Stored items:
───

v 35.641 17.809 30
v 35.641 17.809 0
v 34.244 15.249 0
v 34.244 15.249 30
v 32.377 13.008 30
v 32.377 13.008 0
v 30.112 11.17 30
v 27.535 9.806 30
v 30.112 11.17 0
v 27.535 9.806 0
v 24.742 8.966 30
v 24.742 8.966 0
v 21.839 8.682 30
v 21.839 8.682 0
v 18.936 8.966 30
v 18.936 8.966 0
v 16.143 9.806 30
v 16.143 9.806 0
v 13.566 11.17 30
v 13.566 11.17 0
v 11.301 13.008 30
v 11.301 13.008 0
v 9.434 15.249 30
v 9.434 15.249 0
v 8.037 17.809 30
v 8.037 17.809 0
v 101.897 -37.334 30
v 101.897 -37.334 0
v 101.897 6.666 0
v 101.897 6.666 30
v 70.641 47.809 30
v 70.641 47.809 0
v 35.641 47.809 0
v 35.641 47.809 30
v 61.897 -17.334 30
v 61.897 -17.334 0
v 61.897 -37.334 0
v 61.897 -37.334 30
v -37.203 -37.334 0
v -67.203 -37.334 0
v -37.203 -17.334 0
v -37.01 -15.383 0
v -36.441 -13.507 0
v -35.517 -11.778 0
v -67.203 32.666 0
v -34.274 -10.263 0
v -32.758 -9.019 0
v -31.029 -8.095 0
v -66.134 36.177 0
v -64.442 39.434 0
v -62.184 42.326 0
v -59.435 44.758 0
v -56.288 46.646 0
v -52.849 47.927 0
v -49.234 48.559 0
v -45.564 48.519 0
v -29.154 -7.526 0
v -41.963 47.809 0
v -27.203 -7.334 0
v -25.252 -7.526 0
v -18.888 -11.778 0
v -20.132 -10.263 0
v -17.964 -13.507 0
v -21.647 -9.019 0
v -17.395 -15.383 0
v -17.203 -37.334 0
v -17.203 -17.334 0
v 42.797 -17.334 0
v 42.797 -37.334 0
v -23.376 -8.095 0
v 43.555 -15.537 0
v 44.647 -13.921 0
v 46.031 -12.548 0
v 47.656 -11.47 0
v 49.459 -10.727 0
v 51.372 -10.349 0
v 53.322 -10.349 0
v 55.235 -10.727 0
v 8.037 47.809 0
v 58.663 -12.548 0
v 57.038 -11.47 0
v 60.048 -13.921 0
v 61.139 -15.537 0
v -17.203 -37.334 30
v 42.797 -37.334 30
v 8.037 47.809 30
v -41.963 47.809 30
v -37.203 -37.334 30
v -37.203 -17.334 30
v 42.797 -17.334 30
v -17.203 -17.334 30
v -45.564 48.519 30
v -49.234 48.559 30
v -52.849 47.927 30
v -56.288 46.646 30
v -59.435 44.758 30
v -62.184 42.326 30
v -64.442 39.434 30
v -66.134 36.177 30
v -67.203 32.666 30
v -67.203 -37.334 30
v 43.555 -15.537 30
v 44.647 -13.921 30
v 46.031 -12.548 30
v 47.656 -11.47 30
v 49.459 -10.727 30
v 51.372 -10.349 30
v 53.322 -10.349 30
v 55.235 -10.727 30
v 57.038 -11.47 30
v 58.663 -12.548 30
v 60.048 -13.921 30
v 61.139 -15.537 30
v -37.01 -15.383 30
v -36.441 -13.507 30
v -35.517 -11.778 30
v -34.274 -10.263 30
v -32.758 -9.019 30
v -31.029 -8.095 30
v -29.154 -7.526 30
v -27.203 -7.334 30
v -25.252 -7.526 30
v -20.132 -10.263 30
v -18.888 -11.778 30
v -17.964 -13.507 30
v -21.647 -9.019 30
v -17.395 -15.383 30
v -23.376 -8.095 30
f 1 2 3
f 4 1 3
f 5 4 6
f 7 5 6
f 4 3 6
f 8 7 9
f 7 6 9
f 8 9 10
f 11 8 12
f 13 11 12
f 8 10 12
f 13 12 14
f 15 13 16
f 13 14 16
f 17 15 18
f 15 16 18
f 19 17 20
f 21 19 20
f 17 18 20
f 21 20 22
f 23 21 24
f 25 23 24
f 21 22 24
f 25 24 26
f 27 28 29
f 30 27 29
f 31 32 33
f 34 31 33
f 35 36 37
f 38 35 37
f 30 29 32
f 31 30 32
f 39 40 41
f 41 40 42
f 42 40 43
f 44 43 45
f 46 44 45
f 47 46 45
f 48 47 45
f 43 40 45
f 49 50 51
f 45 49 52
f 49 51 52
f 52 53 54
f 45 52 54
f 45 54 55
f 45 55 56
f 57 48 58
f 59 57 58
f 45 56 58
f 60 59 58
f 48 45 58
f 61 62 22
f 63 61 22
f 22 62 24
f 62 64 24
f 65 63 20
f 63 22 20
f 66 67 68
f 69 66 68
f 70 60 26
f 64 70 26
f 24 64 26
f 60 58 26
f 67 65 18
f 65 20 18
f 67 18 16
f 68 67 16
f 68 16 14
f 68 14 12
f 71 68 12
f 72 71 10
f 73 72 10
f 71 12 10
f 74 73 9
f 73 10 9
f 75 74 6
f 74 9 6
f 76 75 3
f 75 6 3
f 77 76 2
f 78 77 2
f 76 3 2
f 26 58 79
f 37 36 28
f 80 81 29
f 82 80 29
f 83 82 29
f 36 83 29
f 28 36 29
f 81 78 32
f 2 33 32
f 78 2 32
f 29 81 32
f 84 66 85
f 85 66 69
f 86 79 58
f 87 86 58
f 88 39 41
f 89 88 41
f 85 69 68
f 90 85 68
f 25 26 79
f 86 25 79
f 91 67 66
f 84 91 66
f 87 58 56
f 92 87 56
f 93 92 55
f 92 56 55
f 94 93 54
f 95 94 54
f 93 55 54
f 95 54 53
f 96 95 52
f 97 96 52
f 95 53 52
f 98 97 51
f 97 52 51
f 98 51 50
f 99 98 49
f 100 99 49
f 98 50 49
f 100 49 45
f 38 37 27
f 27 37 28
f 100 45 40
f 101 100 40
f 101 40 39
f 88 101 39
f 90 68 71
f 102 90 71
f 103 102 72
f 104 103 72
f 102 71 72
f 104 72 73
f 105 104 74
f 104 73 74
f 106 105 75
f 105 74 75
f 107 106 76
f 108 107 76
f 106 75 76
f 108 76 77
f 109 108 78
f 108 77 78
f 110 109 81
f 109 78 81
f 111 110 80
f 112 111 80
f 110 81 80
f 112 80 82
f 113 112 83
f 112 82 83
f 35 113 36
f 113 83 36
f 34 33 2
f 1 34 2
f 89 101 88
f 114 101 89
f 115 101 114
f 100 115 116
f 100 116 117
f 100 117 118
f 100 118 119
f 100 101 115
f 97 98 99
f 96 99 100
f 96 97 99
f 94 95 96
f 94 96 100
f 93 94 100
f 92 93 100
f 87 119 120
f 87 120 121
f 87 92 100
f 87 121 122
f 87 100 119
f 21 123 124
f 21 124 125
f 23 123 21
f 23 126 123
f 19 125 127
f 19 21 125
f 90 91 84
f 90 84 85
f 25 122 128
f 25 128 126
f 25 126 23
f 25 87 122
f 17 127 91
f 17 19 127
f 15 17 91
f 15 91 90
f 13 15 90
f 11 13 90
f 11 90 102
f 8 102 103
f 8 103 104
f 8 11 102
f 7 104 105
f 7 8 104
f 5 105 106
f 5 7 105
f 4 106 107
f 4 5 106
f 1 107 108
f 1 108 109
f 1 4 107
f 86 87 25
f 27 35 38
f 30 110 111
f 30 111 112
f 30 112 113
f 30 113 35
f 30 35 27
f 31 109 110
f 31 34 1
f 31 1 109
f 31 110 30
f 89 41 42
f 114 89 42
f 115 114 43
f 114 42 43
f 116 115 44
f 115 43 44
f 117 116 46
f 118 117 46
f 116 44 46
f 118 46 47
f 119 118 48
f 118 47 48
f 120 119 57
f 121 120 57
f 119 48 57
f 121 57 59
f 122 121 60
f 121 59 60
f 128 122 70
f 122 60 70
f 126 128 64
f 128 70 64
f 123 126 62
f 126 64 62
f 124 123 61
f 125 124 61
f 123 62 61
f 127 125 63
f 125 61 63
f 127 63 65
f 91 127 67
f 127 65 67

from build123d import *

# Parameters (mm, degrees)
F1_DEPTH = 30


with BuildPart() as f1:
    # F0 (on Top) → F1 (new body)
    with BuildSketch(Plane.XY):
        with BuildLine():
            Line((8.036751, 47.808975), (-41.963249, 47.808975))
            ThreePointArc((-41.963249, 47.808975), (-57.904896, 45.774272), (-67.202643, 32.665953))
            Line((-67.202643, 32.665953), (-67.202643, -37.334047))
            Line((-67.202643, -37.334047), (-37.202643, -37.334047))
            Line((-37.202643, -37.334047), (-37.202643, -17.334047))
            ThreePointArc((-37.202643, -17.334047), (-27.202643, -7.334047), (-17.202643, -17.334047))
            Line((-17.202643, -17.334047), (-17.202643, -37.334047))
            Line((-17.202643, -37.334047), (42.797357, -37.334047))
            Line((42.797357, -37.334047), (42.797357, -17.334047))
            ThreePointArc((42.797357, -17.334047), (52.347088, -10.300972), (61.896819, -17.334047))
            Line((61.896819, -17.334047), (61.896819, -37.334047))
            Line((61.896819, -37.334047), (101.896819, -37.334047))
            Line((101.896819, -37.334047), (101.896819, 6.665953))
            Line((101.896819, 6.665953), (70.641249, 47.808975))
            Line((70.641249, 47.808975), (35.641249, 47.808975))
            Line((35.641249, 47.808975), (35.641249, 17.808975))
            ThreePointArc((35.641249, 17.808975), (21.839, 8.682468), (8.036751, 17.808975))
            Line((8.036751, 17.808975), (8.036751, 47.808975))
        make_face()
    extrude(amount=F1_DEPTH)


solid = f1.part
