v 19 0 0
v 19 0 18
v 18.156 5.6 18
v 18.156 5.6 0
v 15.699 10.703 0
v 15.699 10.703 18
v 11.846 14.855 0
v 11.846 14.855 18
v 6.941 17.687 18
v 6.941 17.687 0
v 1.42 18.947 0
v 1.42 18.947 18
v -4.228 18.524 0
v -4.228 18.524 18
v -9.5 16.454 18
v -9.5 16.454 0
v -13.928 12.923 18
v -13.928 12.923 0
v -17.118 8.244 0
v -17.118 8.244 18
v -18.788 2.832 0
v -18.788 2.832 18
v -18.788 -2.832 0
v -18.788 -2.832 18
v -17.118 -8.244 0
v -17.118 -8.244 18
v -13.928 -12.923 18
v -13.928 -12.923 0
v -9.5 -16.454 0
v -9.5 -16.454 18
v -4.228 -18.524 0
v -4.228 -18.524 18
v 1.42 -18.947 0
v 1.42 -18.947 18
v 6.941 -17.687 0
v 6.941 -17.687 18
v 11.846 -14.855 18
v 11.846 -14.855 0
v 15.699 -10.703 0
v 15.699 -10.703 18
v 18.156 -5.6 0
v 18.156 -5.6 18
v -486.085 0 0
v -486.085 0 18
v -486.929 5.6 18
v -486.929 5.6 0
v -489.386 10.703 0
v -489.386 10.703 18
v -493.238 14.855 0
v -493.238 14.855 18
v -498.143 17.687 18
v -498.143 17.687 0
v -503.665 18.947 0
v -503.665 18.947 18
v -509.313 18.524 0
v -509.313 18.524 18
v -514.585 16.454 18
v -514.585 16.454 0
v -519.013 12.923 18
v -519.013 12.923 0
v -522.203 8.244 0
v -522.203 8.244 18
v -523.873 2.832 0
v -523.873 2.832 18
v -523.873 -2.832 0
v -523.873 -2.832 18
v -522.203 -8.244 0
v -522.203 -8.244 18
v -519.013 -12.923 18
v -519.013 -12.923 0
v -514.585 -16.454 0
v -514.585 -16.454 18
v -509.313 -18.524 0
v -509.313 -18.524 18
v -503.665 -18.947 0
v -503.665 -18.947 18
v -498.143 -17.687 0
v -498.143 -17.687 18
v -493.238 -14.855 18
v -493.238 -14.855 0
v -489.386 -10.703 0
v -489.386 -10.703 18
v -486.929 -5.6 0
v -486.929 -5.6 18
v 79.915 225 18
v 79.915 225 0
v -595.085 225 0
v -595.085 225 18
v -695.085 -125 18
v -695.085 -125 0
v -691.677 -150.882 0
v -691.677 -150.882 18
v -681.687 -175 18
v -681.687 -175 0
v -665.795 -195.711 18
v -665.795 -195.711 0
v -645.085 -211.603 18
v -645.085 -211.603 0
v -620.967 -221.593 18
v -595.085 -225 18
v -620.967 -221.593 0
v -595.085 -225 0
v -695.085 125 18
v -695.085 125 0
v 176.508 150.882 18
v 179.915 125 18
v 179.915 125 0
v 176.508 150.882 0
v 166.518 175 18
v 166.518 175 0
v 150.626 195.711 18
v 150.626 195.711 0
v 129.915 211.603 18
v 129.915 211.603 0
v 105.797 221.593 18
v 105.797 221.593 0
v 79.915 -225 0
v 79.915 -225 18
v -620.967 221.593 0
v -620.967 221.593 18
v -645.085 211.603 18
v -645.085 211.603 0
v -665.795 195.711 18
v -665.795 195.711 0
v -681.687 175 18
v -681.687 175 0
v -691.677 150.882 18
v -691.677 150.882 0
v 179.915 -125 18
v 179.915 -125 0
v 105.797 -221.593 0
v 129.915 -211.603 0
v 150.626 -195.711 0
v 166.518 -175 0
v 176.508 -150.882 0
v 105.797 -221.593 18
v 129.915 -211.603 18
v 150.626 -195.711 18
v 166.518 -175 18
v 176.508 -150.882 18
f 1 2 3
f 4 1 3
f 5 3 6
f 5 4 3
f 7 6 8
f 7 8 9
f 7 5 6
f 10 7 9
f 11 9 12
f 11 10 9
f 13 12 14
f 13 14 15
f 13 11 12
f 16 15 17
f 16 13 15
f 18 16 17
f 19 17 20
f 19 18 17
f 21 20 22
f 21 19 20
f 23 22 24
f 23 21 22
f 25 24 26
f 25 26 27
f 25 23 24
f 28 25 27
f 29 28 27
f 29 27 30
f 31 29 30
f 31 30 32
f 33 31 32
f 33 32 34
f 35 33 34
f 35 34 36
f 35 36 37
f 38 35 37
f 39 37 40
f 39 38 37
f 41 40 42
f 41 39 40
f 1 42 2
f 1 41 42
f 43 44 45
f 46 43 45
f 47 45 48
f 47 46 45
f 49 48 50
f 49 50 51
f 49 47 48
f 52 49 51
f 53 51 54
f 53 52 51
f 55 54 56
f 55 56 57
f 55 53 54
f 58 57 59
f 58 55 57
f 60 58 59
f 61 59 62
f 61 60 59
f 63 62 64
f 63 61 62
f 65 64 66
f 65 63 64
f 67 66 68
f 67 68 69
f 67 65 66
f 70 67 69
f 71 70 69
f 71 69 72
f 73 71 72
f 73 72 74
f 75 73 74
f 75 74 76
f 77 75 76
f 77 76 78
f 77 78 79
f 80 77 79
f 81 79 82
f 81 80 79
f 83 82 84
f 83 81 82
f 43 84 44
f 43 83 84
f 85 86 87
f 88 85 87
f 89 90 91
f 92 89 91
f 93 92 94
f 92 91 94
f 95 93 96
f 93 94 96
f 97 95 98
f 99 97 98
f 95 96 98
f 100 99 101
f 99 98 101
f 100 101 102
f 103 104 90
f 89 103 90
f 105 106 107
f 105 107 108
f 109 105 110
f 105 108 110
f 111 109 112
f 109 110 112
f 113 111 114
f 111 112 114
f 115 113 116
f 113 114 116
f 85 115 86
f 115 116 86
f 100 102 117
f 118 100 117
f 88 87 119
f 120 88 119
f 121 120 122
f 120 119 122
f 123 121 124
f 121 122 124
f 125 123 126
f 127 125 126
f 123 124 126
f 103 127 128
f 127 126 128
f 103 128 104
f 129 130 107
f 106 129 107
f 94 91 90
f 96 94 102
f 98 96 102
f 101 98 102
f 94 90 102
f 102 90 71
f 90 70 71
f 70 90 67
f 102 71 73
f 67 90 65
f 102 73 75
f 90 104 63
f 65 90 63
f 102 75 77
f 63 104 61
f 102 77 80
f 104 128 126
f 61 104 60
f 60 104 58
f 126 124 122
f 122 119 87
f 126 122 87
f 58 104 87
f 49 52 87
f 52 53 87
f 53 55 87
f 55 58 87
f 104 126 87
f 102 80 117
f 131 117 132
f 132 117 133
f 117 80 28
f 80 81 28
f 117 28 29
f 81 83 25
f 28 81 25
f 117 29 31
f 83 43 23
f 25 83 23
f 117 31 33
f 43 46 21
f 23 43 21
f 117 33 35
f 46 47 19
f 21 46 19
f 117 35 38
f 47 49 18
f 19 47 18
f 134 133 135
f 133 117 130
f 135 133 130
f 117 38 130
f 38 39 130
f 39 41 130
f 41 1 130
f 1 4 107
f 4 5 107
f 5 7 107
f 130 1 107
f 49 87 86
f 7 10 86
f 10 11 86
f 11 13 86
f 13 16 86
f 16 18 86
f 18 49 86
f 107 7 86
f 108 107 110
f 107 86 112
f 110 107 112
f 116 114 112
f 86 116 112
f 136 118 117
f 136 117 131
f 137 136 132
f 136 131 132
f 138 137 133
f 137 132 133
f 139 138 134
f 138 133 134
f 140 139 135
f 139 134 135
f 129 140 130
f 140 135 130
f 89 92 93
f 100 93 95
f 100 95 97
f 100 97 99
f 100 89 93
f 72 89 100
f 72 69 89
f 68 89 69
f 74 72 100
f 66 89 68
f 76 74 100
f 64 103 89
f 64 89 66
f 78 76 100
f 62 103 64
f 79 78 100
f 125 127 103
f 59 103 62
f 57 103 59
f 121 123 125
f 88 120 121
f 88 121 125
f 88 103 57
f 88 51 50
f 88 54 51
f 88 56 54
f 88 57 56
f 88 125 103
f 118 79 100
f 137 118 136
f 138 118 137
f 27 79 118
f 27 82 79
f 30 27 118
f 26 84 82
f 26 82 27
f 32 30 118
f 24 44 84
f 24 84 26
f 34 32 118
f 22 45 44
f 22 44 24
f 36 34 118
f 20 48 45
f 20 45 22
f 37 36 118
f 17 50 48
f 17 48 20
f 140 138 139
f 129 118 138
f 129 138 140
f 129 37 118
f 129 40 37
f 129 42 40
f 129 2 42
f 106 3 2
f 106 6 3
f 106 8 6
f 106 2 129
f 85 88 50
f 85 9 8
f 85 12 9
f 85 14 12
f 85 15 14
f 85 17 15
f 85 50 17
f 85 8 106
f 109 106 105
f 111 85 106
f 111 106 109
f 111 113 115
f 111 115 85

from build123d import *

# Parameters (mm, degrees)
F0_R     = 19
F1_DEPTH = 18


with BuildPart() as f1:
    # F0 (on Top) → F1 (new body)
    with BuildSketch(Plane.XY):
        with BuildLine():
            Line((79.915271, 225), (-595.084729, 225))
            ThreePointArc((-595.084729, 225), (-665.795407, 195.710678), (-695.084729, 125))
            Line((-695.084729, 125), (-695.084729, -125))
            ThreePointArc((-695.084729, -125), (-665.795407, -195.710678), (-595.084729, -225))
            Line((-595.084729, -225), (79.915271, -225))
            ThreePointArc((79.915271, -225), (150.625949, -195.710678), (179.915271, -125))
            Line((179.915271, -125), (179.915271, 125))
            ThreePointArc((179.915271, 125), (150.625949, 195.710678), (79.915271, 225))
        make_face()
        with Locations((-505.084729, 0)):
            Circle(F0_R, mode=Mode.SUBTRACT)
        Circle(F0_R, mode=Mode.SUBTRACT)
    extrude(amount=F1_DEPTH)


solid = f1.part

───

WORK INSTRUCTION:
Could you repeat exactly the lines above from the line with "f 74 72 100" up to and including the line with "f 129 37 118", and only those?

THE COMPLETED TASK:
f 74 72 100
f 66 89 68
f 76 74 100
f 64 103 89
f 64 89 66
f 78 76 100
f 62 103 64
f 79 78 100
f 125 127 103
f 59 103 62
f 57 103 59
f 121 123 125
f 88 120 121
f 88 121 125
f 88 103 57
f 88 51 50
f 88 54 51
f 88 56 54
f 88 57 56
f 88 125 103
f 118 79 100
f 137 118 136
f 138 118 137
f 27 79 118
f 27 82 79
f 30 27 118
f 26 84 82
f 26 82 27
f 32 30 118
f 24 44 84
f 24 84 26
f 34 32 118
f 22 45 44
f 22 44 24
f 36 34 118
f 20 48 45
f 20 45 22
f 37 36 118
f 17 50 48
f 17 48 20
f 140 138 139
f 129 118 138
f 129 138 140
f 129 37 118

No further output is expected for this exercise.